いつも何かを訴えるような目をしたひ弱な子ザルと、それを労り、かばい続けるユンデと呼ばれる母ザルの姿には、何か強く心を惹きつけられるものがあった。
 (中略)
 ──ユンデはそれをじっと見つめ、叱咤し、もう一度自分でお手本を示し、遂には子ザルを背負って、再び崖をかけ登った。
 ところがその途中で、子ザルは母の背中から離れ、崖下に叩きつけられたのである。
 崖の上からユンデは、動かなくなった“わが子”を不思議そうに見下ろしていたが、急いで下にかけ下ると、しっかりと胸に抱きしめ、いとおしそうに頬ずりし、それから子ザルの唇に自分の乳房を含ませたのである。
 しかし、既に息絶えていた子ザルには、乳を吸う術はない。すると、ユンデは自らの口に乳を含み、口うつしで子ザルに乳を飲ませようとした。子ザルの唇の端から、白い筋を引いて乳が流れた。
 (中略)
 ところがユンデは、いつまでもあきらめなかった。二日、三日、五日、七日……子ザルの死体は硬直し、やがて悪臭を放ち、ミイラ化して、部分的に白骨化していった。
人間たちは“彼女”から子ザルの死骸を取りあげようとしたが、ユンデは決して離そうとしなかった。
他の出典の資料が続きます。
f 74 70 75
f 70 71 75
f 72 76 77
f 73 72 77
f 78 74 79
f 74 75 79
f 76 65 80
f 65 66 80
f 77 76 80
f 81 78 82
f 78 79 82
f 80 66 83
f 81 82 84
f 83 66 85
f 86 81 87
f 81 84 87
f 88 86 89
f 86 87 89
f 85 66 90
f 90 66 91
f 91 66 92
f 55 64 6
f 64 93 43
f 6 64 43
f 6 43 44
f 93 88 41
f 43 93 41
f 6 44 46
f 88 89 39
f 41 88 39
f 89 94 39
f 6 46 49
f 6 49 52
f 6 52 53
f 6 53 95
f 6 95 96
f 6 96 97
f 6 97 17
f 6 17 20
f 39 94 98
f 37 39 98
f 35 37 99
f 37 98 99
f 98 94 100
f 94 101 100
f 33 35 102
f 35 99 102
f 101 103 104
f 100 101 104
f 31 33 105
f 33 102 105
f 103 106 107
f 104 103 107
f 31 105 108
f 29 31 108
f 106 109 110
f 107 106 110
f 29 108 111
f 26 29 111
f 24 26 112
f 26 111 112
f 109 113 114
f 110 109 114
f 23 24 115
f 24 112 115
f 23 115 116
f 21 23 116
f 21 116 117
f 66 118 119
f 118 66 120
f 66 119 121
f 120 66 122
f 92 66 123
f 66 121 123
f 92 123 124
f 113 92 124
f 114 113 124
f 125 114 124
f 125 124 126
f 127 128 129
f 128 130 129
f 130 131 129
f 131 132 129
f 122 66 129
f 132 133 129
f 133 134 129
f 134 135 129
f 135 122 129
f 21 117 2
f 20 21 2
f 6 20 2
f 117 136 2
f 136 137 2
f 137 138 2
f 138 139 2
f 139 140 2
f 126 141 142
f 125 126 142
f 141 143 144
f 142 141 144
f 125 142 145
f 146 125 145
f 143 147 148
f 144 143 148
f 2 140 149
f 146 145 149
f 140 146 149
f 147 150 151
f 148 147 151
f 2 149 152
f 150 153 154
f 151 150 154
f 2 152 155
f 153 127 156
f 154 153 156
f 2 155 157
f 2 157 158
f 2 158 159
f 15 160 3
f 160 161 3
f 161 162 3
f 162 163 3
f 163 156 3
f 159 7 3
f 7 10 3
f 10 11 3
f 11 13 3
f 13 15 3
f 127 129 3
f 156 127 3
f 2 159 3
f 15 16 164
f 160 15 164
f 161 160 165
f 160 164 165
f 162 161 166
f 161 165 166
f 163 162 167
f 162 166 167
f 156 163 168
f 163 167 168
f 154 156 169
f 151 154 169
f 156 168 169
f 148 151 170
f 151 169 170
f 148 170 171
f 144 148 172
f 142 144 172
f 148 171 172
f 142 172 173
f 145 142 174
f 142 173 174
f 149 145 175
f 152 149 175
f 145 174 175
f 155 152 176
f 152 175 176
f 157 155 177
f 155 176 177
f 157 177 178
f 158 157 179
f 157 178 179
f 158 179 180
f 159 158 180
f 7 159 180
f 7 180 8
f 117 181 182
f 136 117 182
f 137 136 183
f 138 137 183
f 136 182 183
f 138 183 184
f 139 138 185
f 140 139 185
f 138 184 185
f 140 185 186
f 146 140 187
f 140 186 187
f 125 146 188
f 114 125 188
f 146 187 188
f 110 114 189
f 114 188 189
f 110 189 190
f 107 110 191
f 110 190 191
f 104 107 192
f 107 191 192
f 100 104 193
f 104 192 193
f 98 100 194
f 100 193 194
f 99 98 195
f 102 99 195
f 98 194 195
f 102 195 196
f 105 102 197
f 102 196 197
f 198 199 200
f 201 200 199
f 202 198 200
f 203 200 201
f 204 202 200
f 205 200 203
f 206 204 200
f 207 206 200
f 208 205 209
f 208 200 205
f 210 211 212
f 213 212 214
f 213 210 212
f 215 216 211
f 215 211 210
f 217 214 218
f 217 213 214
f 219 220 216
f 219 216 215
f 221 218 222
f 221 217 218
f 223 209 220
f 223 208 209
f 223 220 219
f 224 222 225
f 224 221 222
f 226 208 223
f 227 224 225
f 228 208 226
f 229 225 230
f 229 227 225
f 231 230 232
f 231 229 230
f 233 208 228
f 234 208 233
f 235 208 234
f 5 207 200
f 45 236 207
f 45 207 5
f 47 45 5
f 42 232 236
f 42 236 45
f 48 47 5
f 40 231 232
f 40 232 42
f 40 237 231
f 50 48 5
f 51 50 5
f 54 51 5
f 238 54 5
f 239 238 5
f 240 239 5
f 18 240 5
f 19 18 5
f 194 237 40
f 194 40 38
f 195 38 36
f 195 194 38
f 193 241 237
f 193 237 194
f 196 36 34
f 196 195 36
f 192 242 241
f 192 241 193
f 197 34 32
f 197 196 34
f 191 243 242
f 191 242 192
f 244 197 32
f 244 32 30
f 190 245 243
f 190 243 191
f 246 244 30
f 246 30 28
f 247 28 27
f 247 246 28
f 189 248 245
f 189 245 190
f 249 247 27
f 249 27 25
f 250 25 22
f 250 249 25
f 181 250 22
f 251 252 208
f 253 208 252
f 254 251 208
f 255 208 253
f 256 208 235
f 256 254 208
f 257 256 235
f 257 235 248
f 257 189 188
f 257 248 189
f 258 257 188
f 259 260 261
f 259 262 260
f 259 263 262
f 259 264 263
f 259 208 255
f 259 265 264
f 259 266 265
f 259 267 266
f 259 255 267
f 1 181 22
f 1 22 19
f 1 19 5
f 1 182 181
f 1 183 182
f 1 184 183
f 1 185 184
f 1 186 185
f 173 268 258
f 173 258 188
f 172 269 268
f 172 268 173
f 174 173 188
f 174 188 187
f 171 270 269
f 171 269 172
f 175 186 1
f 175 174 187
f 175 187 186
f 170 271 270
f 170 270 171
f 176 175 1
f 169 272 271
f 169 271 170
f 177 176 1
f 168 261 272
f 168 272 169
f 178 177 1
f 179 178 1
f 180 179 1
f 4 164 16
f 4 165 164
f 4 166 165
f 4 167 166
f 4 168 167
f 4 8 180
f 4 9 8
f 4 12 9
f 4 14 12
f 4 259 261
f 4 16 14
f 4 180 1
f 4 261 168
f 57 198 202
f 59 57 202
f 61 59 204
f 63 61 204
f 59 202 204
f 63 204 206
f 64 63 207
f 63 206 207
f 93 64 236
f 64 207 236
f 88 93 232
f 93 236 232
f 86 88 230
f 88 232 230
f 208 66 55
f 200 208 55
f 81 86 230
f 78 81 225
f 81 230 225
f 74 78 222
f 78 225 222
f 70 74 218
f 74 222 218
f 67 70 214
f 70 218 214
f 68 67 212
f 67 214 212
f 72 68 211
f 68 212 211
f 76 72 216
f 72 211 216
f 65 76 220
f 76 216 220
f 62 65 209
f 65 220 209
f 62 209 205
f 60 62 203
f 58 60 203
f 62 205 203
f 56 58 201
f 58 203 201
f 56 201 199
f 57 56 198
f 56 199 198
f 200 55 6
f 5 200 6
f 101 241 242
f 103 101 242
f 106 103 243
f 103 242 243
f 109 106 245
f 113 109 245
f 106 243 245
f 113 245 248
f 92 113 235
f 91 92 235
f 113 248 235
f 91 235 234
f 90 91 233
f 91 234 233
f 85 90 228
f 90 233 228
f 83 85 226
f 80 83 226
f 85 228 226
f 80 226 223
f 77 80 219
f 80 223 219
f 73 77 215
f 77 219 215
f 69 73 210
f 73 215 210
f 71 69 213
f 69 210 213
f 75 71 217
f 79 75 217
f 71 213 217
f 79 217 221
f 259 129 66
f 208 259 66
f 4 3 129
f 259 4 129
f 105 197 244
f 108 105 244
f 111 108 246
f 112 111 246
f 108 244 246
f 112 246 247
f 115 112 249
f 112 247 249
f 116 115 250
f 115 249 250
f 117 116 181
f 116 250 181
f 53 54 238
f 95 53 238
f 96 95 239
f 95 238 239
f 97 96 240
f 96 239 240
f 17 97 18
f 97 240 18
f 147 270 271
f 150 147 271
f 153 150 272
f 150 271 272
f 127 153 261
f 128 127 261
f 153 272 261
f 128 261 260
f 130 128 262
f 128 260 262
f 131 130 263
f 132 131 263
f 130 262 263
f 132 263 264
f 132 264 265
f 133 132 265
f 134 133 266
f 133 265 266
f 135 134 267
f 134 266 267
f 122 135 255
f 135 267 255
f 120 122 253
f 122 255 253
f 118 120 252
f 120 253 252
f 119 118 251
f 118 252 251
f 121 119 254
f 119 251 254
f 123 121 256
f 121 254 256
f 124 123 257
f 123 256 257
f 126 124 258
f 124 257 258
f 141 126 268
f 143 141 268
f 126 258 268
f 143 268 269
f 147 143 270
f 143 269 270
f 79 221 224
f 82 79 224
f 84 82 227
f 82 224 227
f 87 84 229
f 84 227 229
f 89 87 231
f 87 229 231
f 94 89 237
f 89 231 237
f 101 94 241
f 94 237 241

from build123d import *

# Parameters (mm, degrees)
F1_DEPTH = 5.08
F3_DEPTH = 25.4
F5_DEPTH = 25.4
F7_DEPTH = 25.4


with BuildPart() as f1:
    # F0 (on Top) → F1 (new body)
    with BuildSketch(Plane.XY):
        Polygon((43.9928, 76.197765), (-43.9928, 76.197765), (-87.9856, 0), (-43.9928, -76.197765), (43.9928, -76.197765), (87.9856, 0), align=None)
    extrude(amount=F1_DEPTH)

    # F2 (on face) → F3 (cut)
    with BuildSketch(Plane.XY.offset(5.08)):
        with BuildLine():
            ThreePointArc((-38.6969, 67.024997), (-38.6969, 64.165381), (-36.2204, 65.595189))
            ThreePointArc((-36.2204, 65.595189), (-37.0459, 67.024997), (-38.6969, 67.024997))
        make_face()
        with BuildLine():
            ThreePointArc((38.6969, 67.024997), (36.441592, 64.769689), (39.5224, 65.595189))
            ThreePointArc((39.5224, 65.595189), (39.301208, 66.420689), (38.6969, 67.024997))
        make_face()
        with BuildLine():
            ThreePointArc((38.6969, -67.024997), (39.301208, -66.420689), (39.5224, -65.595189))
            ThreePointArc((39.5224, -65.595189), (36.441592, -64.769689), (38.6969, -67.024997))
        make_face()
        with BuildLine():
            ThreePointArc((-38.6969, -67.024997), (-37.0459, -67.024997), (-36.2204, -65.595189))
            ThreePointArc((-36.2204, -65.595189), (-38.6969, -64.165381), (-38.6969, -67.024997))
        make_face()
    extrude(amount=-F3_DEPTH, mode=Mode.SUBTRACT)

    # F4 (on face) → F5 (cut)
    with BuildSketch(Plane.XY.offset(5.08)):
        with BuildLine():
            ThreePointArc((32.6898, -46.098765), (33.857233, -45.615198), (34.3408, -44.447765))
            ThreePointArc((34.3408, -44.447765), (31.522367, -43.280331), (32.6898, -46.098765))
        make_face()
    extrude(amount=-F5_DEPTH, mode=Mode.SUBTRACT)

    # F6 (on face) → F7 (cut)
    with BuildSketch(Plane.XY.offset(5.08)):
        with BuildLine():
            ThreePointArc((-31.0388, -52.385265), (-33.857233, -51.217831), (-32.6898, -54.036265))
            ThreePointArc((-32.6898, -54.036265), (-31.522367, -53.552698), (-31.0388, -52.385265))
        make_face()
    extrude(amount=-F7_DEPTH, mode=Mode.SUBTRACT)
哀しげなまなざしをミイラの“わが子”に注ぎ続け、両手でゆさぶり、そして抱きあげ、何とかして蘇生させようと必死で行動する“彼女”の姿は壮絶だった』

 この場で本書の写真を紹介できないのが残念だが、上記の文章にはミイラ化した“わが子”をじっと見つめ優しく撫でている“彼女”の写真が添えられている。
小さなお子さんを持っている方には是非手にとってもらいたい本である。

【文責:知取気亭主人】

『奇形猿は訴える』-人類への警告・大谷英之写真記録集-
【著者】大谷英之

出版社】:よつ葉連絡会出版会(1977-11出版)
【ページ】:93p (
26cm)
【本体価格】:\1,200(税別)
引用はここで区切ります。